If you use Pinterest, you can put it there, then open it in a tab by itself, and copy that URL.
Caveat: if the image is removed from the hosting site, it will disappear from the post, also. Photobucket was always the host of choice, but now the only allow third party posting from premium accounts.
I have a couple of seed catalogs in the mail including number 1 in my garden, Territorial Seed out of Oregon and also new to me was a AM Leonard tool catalog with hundreds of different shovels, long handled pruners and hand Pruners. I hired a neighbor to do some yard clean up. He is coming back Monday to finish plus spade a 12’ x 12’ patch for new strawberries. Our weather has been unusually clear and warm. More on another day...
Just planted a ponderosa pine seedling brought from Northern Arizona. Don’t think it will grow in arid region. However, the Italian Pine is coming along and I believe will one day be a marvellous addition to landscape.
Normal February weather in Central Missouri. Sunny and pleasant yesterday, cold north wind and freezing rain today. lol
Went to the sawmill this morning and retrieved my trailer. It was dry when I got home, but by the time I’d finished unloading it was misting rain which is now freezing on everything. Unloading the wood didn’t trigger any back spasms so hopefully I’m past that for awhile.
I need to work on our tax return, so it can do what it’s going to do outside.

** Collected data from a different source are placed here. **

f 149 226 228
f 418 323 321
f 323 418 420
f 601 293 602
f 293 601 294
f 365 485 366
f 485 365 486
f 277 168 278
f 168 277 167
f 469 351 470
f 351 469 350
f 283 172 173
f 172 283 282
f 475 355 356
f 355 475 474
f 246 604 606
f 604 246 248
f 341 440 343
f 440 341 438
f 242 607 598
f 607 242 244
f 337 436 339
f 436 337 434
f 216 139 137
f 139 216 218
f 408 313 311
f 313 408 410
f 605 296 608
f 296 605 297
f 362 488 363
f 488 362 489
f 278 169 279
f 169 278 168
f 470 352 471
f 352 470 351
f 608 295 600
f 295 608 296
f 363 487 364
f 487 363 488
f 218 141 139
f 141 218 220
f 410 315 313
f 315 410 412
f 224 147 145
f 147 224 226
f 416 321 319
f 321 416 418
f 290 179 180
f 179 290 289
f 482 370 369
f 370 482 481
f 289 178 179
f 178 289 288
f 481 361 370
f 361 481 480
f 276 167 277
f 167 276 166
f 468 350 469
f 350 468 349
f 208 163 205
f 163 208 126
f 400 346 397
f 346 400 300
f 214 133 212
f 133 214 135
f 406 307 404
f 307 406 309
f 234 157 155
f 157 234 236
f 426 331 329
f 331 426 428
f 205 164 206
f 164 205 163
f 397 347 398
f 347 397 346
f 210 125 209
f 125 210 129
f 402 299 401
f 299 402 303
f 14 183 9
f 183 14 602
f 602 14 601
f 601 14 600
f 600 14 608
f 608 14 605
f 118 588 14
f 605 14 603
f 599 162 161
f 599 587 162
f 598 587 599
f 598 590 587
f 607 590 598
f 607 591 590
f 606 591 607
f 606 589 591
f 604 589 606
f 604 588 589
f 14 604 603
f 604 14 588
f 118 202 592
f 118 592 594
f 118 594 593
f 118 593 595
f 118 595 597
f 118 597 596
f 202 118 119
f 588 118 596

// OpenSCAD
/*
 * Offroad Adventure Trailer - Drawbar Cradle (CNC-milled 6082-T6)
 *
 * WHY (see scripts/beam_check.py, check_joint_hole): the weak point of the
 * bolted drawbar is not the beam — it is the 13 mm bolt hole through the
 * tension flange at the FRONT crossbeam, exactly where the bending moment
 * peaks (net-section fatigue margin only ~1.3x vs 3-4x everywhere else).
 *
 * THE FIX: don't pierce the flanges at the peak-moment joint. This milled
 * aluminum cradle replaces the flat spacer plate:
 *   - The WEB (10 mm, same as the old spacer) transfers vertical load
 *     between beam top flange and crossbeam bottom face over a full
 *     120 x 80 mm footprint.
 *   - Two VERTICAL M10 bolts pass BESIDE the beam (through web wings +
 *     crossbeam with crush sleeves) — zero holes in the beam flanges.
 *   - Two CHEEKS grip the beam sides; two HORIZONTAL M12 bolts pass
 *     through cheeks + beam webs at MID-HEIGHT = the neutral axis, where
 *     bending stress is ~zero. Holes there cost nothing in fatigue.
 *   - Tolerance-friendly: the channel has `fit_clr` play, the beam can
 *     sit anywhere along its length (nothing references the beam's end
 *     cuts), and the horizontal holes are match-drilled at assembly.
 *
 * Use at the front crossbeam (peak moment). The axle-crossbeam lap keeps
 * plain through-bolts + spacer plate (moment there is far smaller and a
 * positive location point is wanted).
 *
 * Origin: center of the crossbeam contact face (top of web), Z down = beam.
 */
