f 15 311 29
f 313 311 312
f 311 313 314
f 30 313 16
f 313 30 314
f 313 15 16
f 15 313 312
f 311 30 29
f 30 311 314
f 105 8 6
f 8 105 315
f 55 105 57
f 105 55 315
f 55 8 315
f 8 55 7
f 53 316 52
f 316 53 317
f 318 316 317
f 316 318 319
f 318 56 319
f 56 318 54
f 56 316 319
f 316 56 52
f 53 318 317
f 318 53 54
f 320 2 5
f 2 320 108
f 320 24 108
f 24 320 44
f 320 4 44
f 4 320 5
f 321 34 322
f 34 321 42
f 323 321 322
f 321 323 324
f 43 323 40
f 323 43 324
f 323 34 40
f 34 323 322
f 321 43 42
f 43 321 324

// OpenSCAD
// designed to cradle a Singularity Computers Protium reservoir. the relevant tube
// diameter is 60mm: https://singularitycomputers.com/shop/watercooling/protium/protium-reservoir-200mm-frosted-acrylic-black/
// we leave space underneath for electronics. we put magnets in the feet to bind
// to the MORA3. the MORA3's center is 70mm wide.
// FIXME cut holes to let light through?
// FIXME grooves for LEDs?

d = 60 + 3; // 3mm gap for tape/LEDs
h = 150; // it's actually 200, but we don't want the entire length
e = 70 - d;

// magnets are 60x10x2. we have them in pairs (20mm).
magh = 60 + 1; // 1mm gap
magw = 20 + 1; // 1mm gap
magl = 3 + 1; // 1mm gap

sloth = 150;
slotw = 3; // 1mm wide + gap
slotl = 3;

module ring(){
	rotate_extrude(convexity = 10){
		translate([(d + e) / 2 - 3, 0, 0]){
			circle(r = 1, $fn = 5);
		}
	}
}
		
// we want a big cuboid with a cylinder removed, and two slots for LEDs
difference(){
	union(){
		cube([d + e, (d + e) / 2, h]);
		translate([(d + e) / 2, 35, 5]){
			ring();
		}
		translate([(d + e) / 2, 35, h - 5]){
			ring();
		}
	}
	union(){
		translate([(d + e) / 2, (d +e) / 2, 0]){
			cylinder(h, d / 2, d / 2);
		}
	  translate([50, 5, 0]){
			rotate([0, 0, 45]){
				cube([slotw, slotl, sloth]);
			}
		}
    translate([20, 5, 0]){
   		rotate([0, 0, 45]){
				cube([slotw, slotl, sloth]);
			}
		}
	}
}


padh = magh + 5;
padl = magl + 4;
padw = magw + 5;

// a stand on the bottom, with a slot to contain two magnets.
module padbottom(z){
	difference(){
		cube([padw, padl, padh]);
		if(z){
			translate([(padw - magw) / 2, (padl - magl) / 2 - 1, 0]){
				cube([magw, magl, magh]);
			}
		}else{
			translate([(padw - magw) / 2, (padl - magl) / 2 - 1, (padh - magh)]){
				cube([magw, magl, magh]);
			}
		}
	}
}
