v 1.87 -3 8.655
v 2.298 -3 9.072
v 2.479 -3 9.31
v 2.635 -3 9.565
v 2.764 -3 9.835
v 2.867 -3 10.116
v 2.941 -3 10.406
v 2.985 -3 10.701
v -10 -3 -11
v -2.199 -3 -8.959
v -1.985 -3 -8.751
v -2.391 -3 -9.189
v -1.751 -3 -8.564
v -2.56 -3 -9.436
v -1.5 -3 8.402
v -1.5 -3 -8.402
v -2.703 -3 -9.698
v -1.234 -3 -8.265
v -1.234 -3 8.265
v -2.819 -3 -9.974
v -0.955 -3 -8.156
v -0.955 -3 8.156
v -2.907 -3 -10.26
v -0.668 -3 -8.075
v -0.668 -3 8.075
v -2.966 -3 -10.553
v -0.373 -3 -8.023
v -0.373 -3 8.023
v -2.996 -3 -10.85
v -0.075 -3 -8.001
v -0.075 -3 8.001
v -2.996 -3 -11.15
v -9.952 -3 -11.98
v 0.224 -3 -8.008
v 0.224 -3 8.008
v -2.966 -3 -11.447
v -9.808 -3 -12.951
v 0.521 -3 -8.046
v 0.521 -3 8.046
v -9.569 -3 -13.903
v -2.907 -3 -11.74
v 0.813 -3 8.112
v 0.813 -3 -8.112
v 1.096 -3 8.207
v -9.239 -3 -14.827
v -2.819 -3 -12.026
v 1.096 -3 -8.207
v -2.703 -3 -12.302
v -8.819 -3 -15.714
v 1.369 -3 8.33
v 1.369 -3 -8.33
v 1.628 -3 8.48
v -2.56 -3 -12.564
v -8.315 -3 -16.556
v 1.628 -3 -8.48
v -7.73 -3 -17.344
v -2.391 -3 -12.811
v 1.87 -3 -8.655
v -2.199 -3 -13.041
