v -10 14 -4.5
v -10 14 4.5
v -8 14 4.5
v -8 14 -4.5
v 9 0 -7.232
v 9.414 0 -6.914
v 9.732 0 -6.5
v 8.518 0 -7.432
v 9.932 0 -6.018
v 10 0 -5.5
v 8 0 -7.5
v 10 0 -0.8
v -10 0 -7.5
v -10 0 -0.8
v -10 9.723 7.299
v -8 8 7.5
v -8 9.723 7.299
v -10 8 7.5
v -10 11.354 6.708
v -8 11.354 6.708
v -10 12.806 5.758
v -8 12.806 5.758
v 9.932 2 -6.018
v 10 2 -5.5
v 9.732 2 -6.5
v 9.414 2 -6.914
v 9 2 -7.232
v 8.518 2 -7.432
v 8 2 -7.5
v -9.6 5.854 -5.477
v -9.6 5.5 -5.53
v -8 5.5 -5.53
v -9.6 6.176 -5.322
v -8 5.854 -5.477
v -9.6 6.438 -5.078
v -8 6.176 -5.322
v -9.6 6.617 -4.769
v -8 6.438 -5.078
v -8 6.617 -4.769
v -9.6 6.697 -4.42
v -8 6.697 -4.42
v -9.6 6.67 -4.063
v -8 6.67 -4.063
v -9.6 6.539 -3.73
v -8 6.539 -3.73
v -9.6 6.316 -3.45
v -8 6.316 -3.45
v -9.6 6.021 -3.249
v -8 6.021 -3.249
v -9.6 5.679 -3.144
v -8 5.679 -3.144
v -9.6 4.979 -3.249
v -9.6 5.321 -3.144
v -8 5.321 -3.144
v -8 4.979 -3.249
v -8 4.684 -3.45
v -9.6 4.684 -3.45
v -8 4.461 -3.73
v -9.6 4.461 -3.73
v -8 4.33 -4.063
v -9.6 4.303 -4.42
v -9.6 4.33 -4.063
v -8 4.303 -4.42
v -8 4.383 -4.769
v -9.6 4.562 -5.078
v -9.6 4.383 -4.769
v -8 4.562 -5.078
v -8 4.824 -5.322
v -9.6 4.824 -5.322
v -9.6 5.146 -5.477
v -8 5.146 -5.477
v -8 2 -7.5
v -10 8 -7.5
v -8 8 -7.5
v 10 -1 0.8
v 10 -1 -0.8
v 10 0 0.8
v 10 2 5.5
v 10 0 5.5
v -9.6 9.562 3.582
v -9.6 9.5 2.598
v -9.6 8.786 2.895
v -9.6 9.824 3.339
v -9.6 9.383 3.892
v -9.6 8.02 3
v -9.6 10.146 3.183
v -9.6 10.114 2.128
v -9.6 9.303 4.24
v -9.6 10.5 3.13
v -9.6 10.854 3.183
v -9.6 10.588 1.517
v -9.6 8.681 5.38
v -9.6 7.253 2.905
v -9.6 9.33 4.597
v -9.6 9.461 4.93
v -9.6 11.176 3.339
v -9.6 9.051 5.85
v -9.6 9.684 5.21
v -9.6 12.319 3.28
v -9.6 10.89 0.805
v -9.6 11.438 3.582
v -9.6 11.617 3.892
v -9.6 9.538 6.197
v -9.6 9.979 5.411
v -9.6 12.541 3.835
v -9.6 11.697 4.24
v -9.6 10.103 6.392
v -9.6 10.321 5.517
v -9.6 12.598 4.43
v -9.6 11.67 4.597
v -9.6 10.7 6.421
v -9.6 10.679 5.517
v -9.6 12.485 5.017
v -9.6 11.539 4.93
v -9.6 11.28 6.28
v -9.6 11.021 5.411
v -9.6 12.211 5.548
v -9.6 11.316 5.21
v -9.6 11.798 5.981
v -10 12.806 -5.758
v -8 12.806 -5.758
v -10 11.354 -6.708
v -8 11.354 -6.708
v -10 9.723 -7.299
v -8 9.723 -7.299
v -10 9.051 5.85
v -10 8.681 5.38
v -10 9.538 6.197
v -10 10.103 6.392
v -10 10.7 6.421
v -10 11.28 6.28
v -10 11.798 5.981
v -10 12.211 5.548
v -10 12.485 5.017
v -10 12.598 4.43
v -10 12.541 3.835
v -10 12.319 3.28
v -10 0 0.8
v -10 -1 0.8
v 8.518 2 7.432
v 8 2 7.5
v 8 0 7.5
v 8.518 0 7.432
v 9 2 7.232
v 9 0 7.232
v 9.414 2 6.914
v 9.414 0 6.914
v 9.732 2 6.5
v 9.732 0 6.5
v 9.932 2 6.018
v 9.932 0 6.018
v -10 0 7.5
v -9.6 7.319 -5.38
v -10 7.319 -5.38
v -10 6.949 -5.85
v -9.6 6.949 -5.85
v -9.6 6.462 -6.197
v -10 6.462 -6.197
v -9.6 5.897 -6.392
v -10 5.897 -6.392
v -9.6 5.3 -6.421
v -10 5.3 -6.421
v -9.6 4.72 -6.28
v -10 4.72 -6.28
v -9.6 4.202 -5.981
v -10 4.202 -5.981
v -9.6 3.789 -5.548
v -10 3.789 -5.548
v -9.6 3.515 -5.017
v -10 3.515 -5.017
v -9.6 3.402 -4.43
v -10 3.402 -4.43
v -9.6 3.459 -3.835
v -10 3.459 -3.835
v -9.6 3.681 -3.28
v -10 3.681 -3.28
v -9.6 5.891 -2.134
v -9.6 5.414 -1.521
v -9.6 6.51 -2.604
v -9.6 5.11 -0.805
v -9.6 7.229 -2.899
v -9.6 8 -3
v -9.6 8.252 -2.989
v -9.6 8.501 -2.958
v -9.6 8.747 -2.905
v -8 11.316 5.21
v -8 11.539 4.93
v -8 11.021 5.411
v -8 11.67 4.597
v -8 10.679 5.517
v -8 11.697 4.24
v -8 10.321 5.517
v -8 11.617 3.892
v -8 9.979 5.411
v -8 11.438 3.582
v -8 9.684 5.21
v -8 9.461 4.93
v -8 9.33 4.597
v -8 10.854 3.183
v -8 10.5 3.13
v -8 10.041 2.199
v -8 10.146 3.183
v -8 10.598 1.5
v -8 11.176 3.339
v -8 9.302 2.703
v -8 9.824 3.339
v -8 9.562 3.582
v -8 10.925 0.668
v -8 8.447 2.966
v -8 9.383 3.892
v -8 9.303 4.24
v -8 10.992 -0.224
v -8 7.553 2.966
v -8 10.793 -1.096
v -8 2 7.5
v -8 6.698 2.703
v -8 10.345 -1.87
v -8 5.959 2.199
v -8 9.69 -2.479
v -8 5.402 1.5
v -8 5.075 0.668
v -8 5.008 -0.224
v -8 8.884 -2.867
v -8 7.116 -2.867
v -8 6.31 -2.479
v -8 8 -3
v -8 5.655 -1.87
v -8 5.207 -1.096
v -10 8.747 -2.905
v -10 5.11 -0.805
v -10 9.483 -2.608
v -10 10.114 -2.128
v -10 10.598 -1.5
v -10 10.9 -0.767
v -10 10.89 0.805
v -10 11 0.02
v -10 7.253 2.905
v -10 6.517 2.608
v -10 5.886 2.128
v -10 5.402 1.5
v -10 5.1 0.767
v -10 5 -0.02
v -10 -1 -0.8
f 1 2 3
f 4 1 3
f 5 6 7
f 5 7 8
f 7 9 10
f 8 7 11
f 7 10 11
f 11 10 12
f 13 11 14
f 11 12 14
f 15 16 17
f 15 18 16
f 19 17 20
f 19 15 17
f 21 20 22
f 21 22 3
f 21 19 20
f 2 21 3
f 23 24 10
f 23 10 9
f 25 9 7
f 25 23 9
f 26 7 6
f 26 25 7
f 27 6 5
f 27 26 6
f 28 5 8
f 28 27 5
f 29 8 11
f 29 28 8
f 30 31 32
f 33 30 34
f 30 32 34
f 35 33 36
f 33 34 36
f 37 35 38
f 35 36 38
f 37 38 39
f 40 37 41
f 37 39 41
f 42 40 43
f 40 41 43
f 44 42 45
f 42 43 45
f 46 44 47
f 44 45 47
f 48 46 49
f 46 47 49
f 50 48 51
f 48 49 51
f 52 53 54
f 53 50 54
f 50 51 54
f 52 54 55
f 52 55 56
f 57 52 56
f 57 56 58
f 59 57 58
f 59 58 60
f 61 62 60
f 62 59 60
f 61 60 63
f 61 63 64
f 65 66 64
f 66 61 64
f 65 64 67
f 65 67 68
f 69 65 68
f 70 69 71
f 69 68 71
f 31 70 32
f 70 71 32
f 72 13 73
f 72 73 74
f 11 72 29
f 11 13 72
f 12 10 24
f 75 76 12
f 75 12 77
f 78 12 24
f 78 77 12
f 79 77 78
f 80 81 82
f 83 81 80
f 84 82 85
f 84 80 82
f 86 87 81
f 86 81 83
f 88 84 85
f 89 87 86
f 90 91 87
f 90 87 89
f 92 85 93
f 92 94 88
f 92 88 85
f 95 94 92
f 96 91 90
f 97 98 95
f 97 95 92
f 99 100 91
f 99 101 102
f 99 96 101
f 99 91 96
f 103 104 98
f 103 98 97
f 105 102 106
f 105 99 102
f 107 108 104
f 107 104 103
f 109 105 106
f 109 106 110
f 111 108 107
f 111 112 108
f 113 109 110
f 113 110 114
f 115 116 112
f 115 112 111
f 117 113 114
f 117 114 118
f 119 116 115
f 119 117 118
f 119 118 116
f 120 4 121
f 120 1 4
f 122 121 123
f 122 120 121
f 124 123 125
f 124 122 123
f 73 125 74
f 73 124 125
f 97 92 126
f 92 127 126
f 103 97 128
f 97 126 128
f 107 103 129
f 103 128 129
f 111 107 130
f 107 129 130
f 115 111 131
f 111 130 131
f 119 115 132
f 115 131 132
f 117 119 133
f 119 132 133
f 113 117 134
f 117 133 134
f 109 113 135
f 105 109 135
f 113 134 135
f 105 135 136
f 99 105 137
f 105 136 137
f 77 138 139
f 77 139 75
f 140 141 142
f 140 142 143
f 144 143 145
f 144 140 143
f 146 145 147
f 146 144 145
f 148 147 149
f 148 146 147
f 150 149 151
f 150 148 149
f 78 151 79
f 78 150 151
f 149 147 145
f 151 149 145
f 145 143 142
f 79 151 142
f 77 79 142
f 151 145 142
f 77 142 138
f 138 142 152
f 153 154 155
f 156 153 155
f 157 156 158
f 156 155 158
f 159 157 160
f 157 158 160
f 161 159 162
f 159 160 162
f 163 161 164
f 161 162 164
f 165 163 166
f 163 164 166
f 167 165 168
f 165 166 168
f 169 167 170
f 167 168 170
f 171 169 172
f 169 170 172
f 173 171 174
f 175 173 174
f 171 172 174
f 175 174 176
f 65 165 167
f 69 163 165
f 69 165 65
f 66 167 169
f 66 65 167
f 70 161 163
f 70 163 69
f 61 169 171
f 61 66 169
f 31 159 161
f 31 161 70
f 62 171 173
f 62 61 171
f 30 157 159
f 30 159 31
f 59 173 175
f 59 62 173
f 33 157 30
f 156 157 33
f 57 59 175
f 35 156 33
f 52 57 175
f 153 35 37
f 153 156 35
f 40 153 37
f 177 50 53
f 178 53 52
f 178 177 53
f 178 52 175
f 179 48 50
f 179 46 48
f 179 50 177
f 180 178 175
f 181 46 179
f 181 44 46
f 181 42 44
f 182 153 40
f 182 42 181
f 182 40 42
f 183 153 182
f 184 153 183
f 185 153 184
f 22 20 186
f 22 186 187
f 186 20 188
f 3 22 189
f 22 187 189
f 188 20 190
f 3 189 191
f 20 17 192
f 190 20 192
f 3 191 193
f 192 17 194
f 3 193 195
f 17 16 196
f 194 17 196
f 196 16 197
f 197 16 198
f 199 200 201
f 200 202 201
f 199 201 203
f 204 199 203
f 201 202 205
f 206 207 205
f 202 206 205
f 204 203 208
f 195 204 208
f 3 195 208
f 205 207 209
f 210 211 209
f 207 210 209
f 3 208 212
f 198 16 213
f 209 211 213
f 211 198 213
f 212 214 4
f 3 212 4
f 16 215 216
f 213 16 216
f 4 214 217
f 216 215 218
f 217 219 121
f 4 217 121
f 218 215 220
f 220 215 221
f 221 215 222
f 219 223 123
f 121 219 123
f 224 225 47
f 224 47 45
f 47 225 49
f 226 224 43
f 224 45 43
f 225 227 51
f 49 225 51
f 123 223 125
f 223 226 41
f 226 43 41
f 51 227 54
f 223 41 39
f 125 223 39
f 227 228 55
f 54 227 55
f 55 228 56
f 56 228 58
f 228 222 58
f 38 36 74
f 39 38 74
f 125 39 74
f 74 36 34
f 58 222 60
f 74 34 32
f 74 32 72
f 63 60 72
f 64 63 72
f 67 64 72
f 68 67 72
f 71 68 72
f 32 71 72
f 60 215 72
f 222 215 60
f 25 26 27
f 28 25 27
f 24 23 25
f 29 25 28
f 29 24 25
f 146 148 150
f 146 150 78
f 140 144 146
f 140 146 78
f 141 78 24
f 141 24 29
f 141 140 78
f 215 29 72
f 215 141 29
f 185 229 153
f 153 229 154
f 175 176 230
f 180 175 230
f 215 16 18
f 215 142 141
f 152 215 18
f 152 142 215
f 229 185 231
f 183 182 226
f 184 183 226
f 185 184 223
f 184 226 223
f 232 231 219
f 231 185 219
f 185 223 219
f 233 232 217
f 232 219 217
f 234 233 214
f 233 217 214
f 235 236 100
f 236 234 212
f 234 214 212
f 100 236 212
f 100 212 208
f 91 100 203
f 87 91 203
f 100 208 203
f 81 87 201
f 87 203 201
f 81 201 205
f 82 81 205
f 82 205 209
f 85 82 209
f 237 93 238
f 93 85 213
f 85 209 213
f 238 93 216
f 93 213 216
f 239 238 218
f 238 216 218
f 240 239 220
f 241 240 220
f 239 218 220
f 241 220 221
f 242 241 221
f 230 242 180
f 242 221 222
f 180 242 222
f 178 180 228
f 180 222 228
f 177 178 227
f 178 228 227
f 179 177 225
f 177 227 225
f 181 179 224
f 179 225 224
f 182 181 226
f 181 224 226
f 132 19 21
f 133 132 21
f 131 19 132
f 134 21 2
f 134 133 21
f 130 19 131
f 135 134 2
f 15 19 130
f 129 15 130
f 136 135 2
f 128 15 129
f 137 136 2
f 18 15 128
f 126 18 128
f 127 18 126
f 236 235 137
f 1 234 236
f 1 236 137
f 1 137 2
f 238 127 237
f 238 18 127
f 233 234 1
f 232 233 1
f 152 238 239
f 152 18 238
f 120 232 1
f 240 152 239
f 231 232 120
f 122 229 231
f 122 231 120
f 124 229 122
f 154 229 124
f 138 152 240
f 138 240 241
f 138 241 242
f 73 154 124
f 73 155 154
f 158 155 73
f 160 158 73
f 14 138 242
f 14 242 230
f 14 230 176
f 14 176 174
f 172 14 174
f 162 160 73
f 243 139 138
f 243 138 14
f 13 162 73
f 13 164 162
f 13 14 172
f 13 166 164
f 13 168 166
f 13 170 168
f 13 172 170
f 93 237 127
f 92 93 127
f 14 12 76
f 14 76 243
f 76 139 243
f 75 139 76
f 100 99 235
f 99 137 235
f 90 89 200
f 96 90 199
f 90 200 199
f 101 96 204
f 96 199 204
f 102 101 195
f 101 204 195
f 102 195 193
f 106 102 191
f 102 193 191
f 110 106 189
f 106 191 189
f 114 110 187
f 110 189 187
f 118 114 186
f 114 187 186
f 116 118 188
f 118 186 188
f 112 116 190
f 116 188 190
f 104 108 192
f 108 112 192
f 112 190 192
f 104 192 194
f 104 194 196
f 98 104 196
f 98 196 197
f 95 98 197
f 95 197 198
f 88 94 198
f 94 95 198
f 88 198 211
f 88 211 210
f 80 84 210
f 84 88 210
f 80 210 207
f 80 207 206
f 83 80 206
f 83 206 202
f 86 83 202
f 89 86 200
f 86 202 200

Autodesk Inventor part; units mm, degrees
ref_plane "YZ Plane" through (0, 0, 0) normal (1, 0, 0) x (0, 1, 0)
ref_plane "XZ Plane" through (0, 0, 0) normal (0, 1, 0) x (-1, 0, 0)
ref_plane "XY Plane" through (0, 0, 0) normal (0, 0, 1) x (1, 0, 0)
sketch "Sketch1" plane through (0, 0, 0) normal (0, 1, 0) x (-1, 0, 0)
  line L0 (-10, 7.5) -> (10, 7.5)
  line L1 (10, 7.5) -> (10, -7.5)
  line L2 (10, -7.5) -> (-10, -7.5)
  line L3 (-10, -7.5) -> (-10, 7.5)
  line L4 (-10, 7.5) -> (10, -7.5) construction
  line L5 (10, 7.5) -> (-10, -7.5) construction
  point P0 (0, 0)
  dimension "d0" = 20
  dimension "d1" = 15
extrude "Extrusion1" add sketch "Sketch1" along normal blind 2
sketch "Sketch2" plane through (0, 2, 0) normal (0, 1, 0) x (1, 0, 0)
  line L0 (-10, 7.5) -> (-10, -7.5) projected
  line L1 (-10, -7.5) -> (-8, -7.5)
  line L2 (-8, -7.5) -> (-8, 7.5)
  line L3 (-8, 7.5) -> (-10, 7.5)
  line L4 (-10, 7.5) -> (-10, -7.5)
  point P0 (0, 0)
  point P1 (-10, 0)
  point P2 (-10, 7.5)
  dimension "d4" = 2
  dimension "d5" = 15
extrude "Extrusion2" add sketch "Sketch2" along normal blind 12
sketch "Sketch3" plane through (-8, 2, 7.5) normal (1, 0, 0) x (0, 0, -1)
  circle A0 centre (7.5, 6) radius 3
  line L0 (0, 12) -> (15, 12) projected
  line L1 (15, 0) -> (15, 12) projected
  circle A1 centre (3.1699, 8.5) radius 1.2
  line L2 (0, -2) -> (0, 12) projected
  line L3 (0, 6) -> (15, 6) construction
  line L4 (0.8753, 9.8248) -> (14.1247, 2.1752) construction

I’m goint to go nuts this year planting Cannas. Mostly from seed. The Tropical and Cannova series from Takii seed seem to be good, and there’s fewer problems with Canna viruses from seed. But I did buy a few rhizomes at Wallymart, so we’ll see.
Interesting thing with Takii Canna seed is that they scarify the seeds for you, by burning two little holes in the hard seed coat with a laser. Looks like a snake bite. But at 40 or 50 cents per seed, they should engrave your name on them.
We got about a quarter inch of ice overnight. Not enough to cause tree damage, but it sure is slick out there this morning.
I got my YakTrax out of the closet. Haven’t needed them in two winters until today.